Secret society - free mason

About secret societies, free masonry, simbols, rithuals, order, ... Some articles are taken from "Mysteries of Freemasonry" by Captain William Morgan "The Symbolism of Freemasonry" by Albert G. Mackey, M.D. 1882. "Secret Societies" by David MacDill, Jonathan Blanchard, and Edward Beecher Those three books have free licence and no copyright law has broken.

Wednesday, August 30, 2006

The Spurious Freemasonry of Antiquity

In the vast but barren desert of polytheism—dark and dreary as were its gloomy domains—there were still, however, to be found some few oases of truth. The philosophers and sages of antiquity had, in the course of their learned researches, aided by the light of nature, discovered something of those inestimable truths in relation to God and a future state which their patriarchal contemporaries had received as a revelation made to their common ancestry before the flood, and which had been retained and promulgated after that event by Noah.

They were, with these dim but still purifying perceptions, unwilling to degrade the majesty of the First Great Cause by sharing his attributes with a Zeus and a Hera in Greece, a Jupiter and a Juno in Rome, an Osiris and an Isis in Egypt; and they did not believe that the thinking, feeling, reasoning soul, the guest and companion of the body, would, at the hour of that body's dissolution, be consigned, with it, to total annihilation.

Hence, in the earliest ages after the era of the dispersion, there were some among the heathen who believed in the unity of God and the immortality of the soul. But these doctrines they durst not publicly teach. The minds of the people, grovelling in superstition, and devoted, as St. Paul testifies of the Athenians, to the worship of unknown gods, were not prepared for the philosophic teachings of a pure theology. It was, indeed, an axiom unhesitatingly enunciated and frequently repeated by their writers, that "there are many truths with which it is useless for the people to be made acquainted, and many fables which it is not expedient that they should know to be false." 6 Such is the language of Varro, as preserved by St. Augustine; and Strabo, another of their writers, exclaims, "It is not possible for a philosopher to conduct a multitude of women and ignorant people by a method of reasoning, and thus to invite them to piety, holiness, and faith; but the philosopher must also make use of superstition, and not omit the invention of fables and the performance of wonders." 7

While, therefore, in those early ages of the world, we find the masses grovelling in the intellectual debasement of a polytheistic and idolatrous religion, with no support for the present, no hope for the future,—living without the knowledge of a supreme and superintending Providence, and dying without the expectation of a blissful immortality,—we shall at the same time find ample testimony that these consoling doctrines were secretly believed by the philosophers and their disciples.
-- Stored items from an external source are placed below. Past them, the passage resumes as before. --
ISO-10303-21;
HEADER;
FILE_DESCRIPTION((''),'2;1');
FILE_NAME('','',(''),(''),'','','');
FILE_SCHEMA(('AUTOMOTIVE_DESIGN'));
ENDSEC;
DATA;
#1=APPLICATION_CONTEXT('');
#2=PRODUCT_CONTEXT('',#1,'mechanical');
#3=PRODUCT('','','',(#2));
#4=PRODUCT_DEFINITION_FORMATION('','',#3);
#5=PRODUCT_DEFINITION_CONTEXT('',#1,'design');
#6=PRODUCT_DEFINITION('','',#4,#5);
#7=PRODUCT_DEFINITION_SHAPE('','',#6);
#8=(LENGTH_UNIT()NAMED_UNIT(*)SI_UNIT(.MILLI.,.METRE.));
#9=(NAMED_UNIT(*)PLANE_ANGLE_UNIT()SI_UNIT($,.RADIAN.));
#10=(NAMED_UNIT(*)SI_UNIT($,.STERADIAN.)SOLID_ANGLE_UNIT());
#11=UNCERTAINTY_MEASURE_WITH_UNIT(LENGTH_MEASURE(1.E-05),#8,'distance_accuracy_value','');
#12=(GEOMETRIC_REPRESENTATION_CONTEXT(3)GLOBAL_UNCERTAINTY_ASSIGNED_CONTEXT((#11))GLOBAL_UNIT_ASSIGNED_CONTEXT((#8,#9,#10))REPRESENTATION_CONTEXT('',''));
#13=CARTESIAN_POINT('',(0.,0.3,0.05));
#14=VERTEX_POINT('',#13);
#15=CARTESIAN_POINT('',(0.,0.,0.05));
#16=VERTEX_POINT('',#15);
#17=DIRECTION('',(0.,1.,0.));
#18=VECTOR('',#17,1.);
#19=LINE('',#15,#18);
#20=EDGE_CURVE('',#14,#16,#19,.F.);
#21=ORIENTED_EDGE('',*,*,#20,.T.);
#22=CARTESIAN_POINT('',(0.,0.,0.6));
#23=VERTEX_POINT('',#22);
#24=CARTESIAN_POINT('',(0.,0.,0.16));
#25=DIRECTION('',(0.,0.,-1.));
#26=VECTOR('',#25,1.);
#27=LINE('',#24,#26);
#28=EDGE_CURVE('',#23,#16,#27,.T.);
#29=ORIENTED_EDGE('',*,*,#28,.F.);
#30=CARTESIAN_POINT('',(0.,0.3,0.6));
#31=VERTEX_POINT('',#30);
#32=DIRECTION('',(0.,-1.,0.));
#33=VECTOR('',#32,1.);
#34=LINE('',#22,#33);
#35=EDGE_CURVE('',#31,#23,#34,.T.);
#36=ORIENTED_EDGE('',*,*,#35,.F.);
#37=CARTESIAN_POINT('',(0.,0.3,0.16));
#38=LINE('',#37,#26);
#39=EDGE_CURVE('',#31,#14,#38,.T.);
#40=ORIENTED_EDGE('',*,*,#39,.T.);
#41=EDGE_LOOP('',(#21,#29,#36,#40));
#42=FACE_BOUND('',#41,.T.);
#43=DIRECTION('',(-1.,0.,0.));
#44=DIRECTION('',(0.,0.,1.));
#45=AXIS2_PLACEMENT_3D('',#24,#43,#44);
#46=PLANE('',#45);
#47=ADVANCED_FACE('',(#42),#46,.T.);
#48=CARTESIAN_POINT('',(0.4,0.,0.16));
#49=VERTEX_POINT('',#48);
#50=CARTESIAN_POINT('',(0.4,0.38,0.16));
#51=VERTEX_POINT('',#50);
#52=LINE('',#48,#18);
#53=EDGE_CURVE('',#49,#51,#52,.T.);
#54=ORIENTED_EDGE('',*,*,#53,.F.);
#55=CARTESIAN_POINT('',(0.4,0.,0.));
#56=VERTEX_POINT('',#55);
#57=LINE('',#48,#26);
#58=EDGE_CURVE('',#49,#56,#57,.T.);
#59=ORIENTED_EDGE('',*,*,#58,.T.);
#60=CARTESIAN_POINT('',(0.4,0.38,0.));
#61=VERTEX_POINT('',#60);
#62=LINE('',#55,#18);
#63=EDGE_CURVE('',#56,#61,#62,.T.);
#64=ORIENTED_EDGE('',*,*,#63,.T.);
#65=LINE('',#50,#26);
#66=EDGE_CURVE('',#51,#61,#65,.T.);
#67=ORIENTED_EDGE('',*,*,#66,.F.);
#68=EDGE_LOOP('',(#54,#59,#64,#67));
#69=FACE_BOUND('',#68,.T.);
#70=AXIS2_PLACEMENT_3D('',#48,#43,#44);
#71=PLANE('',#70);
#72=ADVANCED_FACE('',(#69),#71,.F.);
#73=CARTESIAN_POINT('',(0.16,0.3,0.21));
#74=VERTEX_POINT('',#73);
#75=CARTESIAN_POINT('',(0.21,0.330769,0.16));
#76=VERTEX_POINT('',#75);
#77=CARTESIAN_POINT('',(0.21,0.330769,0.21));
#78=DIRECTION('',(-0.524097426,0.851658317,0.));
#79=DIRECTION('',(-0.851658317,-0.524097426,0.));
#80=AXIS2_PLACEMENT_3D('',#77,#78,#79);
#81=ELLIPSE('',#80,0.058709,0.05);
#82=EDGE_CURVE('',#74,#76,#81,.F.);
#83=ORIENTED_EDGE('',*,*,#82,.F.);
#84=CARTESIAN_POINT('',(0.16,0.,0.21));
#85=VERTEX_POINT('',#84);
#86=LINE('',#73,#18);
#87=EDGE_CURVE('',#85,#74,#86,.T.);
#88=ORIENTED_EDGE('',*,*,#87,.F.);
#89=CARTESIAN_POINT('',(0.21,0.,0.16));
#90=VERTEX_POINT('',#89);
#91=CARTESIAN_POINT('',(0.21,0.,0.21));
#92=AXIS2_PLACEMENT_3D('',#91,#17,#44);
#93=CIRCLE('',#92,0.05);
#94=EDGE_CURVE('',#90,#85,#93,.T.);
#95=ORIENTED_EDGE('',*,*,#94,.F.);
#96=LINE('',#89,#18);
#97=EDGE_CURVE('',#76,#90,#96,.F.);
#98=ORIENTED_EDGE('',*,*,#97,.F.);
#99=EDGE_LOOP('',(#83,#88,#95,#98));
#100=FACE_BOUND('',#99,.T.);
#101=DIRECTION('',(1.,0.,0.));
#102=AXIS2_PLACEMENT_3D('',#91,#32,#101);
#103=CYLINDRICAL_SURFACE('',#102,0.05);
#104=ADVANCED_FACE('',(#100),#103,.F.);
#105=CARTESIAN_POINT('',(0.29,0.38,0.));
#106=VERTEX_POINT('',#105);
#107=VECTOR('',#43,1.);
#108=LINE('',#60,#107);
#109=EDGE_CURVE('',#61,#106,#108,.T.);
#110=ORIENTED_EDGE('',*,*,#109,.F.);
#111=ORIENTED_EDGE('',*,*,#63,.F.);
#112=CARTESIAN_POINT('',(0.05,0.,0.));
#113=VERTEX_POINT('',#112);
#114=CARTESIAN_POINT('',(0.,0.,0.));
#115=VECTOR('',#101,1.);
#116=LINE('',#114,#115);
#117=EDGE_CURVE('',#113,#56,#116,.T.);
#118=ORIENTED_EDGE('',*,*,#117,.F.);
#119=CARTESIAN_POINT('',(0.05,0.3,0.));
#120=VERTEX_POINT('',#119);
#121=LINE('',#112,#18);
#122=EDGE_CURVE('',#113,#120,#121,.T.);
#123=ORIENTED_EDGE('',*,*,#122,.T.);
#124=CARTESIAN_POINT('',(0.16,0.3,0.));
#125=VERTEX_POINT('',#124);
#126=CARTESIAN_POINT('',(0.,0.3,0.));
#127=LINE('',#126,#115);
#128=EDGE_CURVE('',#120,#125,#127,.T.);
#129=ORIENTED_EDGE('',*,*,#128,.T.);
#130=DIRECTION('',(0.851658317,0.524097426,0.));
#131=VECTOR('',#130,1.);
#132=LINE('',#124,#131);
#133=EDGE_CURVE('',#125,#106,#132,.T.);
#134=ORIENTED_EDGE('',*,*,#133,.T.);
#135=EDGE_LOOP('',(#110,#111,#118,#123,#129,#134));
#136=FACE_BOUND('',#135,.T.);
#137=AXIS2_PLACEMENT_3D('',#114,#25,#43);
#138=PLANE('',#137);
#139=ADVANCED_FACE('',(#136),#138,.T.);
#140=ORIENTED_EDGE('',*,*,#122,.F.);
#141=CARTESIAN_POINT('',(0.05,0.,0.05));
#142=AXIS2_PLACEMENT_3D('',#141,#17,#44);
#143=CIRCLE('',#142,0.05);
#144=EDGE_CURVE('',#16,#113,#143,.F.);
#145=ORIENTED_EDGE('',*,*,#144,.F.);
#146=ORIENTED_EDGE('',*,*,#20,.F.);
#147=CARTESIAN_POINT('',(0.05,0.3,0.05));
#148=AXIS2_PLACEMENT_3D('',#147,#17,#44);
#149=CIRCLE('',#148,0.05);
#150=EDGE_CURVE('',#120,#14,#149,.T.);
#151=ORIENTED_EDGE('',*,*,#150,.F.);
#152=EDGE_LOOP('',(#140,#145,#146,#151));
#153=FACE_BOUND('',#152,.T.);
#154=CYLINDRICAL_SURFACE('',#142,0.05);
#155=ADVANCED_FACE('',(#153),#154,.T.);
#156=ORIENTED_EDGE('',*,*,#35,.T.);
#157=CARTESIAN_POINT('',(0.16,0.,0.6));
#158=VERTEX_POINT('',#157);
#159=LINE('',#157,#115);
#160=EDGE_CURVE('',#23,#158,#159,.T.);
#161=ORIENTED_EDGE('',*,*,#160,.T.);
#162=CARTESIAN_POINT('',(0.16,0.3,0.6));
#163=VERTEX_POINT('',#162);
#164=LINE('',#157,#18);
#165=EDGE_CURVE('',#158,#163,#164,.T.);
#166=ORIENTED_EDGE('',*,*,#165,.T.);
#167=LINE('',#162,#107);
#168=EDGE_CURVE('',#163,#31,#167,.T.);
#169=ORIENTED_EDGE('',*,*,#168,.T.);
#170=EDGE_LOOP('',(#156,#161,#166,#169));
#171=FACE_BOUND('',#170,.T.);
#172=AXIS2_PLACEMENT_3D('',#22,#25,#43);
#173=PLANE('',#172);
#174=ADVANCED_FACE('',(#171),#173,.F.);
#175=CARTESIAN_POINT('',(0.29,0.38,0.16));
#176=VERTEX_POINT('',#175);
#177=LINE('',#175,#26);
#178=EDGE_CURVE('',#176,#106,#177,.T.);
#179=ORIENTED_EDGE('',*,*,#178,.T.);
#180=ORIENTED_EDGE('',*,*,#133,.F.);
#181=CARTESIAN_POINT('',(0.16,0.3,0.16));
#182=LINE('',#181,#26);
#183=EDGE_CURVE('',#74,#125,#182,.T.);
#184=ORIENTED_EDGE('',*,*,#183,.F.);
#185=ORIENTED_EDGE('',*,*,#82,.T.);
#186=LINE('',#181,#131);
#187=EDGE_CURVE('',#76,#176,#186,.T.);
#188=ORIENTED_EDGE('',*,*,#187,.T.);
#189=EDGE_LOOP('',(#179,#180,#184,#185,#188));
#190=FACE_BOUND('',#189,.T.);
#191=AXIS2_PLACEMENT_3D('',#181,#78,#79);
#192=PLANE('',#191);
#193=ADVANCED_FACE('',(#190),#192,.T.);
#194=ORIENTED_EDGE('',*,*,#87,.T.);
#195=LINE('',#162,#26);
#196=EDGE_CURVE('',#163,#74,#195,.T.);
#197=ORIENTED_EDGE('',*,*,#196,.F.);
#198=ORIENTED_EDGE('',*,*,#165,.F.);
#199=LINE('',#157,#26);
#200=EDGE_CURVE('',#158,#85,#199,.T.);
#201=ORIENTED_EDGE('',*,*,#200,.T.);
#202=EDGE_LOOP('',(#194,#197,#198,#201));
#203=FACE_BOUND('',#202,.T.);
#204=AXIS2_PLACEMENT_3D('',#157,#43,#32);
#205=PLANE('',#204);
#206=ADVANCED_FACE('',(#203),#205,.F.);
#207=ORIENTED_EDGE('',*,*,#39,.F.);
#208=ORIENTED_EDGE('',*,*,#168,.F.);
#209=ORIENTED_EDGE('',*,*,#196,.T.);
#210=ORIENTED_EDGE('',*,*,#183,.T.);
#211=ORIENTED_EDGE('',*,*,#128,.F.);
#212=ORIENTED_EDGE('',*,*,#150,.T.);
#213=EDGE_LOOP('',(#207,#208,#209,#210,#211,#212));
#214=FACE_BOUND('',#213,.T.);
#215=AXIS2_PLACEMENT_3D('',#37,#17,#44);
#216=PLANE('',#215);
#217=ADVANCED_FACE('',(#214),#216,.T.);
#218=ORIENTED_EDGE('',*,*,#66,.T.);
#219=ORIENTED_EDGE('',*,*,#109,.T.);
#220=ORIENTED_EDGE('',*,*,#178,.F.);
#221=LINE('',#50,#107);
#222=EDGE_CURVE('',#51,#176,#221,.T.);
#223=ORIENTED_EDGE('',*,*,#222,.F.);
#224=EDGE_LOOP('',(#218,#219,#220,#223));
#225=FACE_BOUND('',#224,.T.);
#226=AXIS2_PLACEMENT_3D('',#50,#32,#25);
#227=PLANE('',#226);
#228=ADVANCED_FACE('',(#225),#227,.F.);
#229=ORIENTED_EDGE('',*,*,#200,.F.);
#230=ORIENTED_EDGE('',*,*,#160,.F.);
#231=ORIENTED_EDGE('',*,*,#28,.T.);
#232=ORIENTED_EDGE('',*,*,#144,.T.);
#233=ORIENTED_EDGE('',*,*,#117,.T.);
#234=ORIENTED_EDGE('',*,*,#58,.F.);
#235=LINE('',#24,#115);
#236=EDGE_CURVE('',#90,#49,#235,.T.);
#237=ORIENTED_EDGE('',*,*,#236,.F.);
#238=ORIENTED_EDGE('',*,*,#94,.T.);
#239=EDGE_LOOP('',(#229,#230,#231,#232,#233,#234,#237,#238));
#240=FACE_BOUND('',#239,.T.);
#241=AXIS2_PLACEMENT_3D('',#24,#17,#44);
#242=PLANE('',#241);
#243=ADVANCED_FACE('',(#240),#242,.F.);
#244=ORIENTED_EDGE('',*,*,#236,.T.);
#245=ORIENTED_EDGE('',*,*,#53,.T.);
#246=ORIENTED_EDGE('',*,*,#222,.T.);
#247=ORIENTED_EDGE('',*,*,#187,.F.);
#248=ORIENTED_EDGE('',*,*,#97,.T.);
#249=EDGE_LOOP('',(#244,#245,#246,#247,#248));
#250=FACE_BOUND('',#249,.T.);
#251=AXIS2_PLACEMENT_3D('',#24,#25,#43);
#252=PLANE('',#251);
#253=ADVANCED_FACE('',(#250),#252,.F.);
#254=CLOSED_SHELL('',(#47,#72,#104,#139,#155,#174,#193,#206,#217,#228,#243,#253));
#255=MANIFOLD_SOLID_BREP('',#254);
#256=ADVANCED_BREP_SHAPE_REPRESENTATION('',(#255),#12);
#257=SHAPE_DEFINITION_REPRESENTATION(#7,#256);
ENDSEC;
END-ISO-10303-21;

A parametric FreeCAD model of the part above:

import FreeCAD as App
import Part
import Sketcher
from FreeCAD import Vector
Q = App.Units.Quantity


def edges_at(feature, points):
    """Names of the edges that pass closest to the given points."""
    edges = feature.Shape.Edges
    near = lambda p: min(range(len(edges)), key=lambda i: edges[i].distToShape(Part.Vertex(*p))[0])
    return sorted({f"Edge{near(p) + 1}" for p in points})


def add_polygon(sketch, points):
    """Adds a closed chain of lines whose ends are joined by coincident constraints."""
    first, n = sketch.GeometryCount, len(points)
    for a, b in zip(points, points[1:] + points[:1]):
        sketch.addGeometry(Part.LineSegment(App.Vector(*a, 0), App.Vector(*b, 0)), False)
    for i in range(n):
        sketch.addConstraint(Sketcher.Constraint("Coincident", first + i, 2, first + (i + 1) % n, 1))

doc = App.newDocument("Part")
params = doc.addObject("Spreadsheet::Sheet", "Params")
for row, (alias, value) in enumerate([
    ("sketch1_width", "0.4 mm"),
    ("sketch1_height", "0.3 mm"),
    ("sketch1_width2", "0.11 mm"),
    ("sketch1_width3", "0.16 mm"),
    ("sketch1_height2", "0.38 mm"),
    ("pad1_length", "0.16 mm"),
    ("sketch2_height", "0.3 mm"),
    ("sketch2_width", "0.16 mm"),
    ("pad2_length", "0.44 mm"),
    ("fillet_radius", "0.05 mm"),
], start=1):
    params.set(f"A{row}", alias)
    params.set(f"B{row}", "=" + value)
    params.setAlias(f"B{row}", alias)

body = doc.addObject("PartDesign::Body", "Body")

# Sketch on XY plane
sketch1 = body.newObject("Sketcher::SketchObject", "Sketch")
sketch1.AttachmentSupport = (doc.getObject("XY_Plane"), [""])
sketch1.MapMode = "FlatFace"
add_polygon(sketch1, [(0, 0.3), (0, 0), (0.4, 0), (0.4, 0.38), (0.29, 0.38), (0.16, 0.3)])  # lines 0-5
sketch1.addConstraint(Sketcher.Constraint("Vertical", 0))
sketch1.addConstraint(Sketcher.Constraint("Horizontal", 1))
sketch1.addConstraint(Sketcher.Constraint("Vertical", 2))
sketch1.addConstraint(Sketcher.Constraint("Horizontal", 3))
sketch1.addConstraint(Sketcher.Constraint("Horizontal", 5))
sketch1.addConstraint(Sketcher.Constraint("Coincident", 0, 2, -1, 1))
sketch1.addConstraint(Sketcher.Constraint("DistanceX", 1, 1, 1, 2, Q("0.4 mm")))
But though believed, they were not publicly taught. They were heresies which it would have been impolitic and dangerous to have broached to the public ear; they were truths which might have led to a contempt of the established system and to the overthrow of the popular superstition. Socrates, the Athenian sage, is an illustrious instance of the punishment that was meted out to the bold innovator who attempted to insult the gods and to poison the minds of youth with the heresies of a philosophic religion. "They permitted, therefore," says a learned writer on this subject8, "the multitude to remain plunged as they were in the depth of a gross and complicated idolatry; but for those philosophic few who could bear the light of truth without being confounded by the blaze, they removed the mysterious veil, and displayed to them the Deity in the radiant glory of his unity. From the vulgar eye, however, these doctrines were kept inviolably sacred, and wrapped in the veil of impenetrable mystery."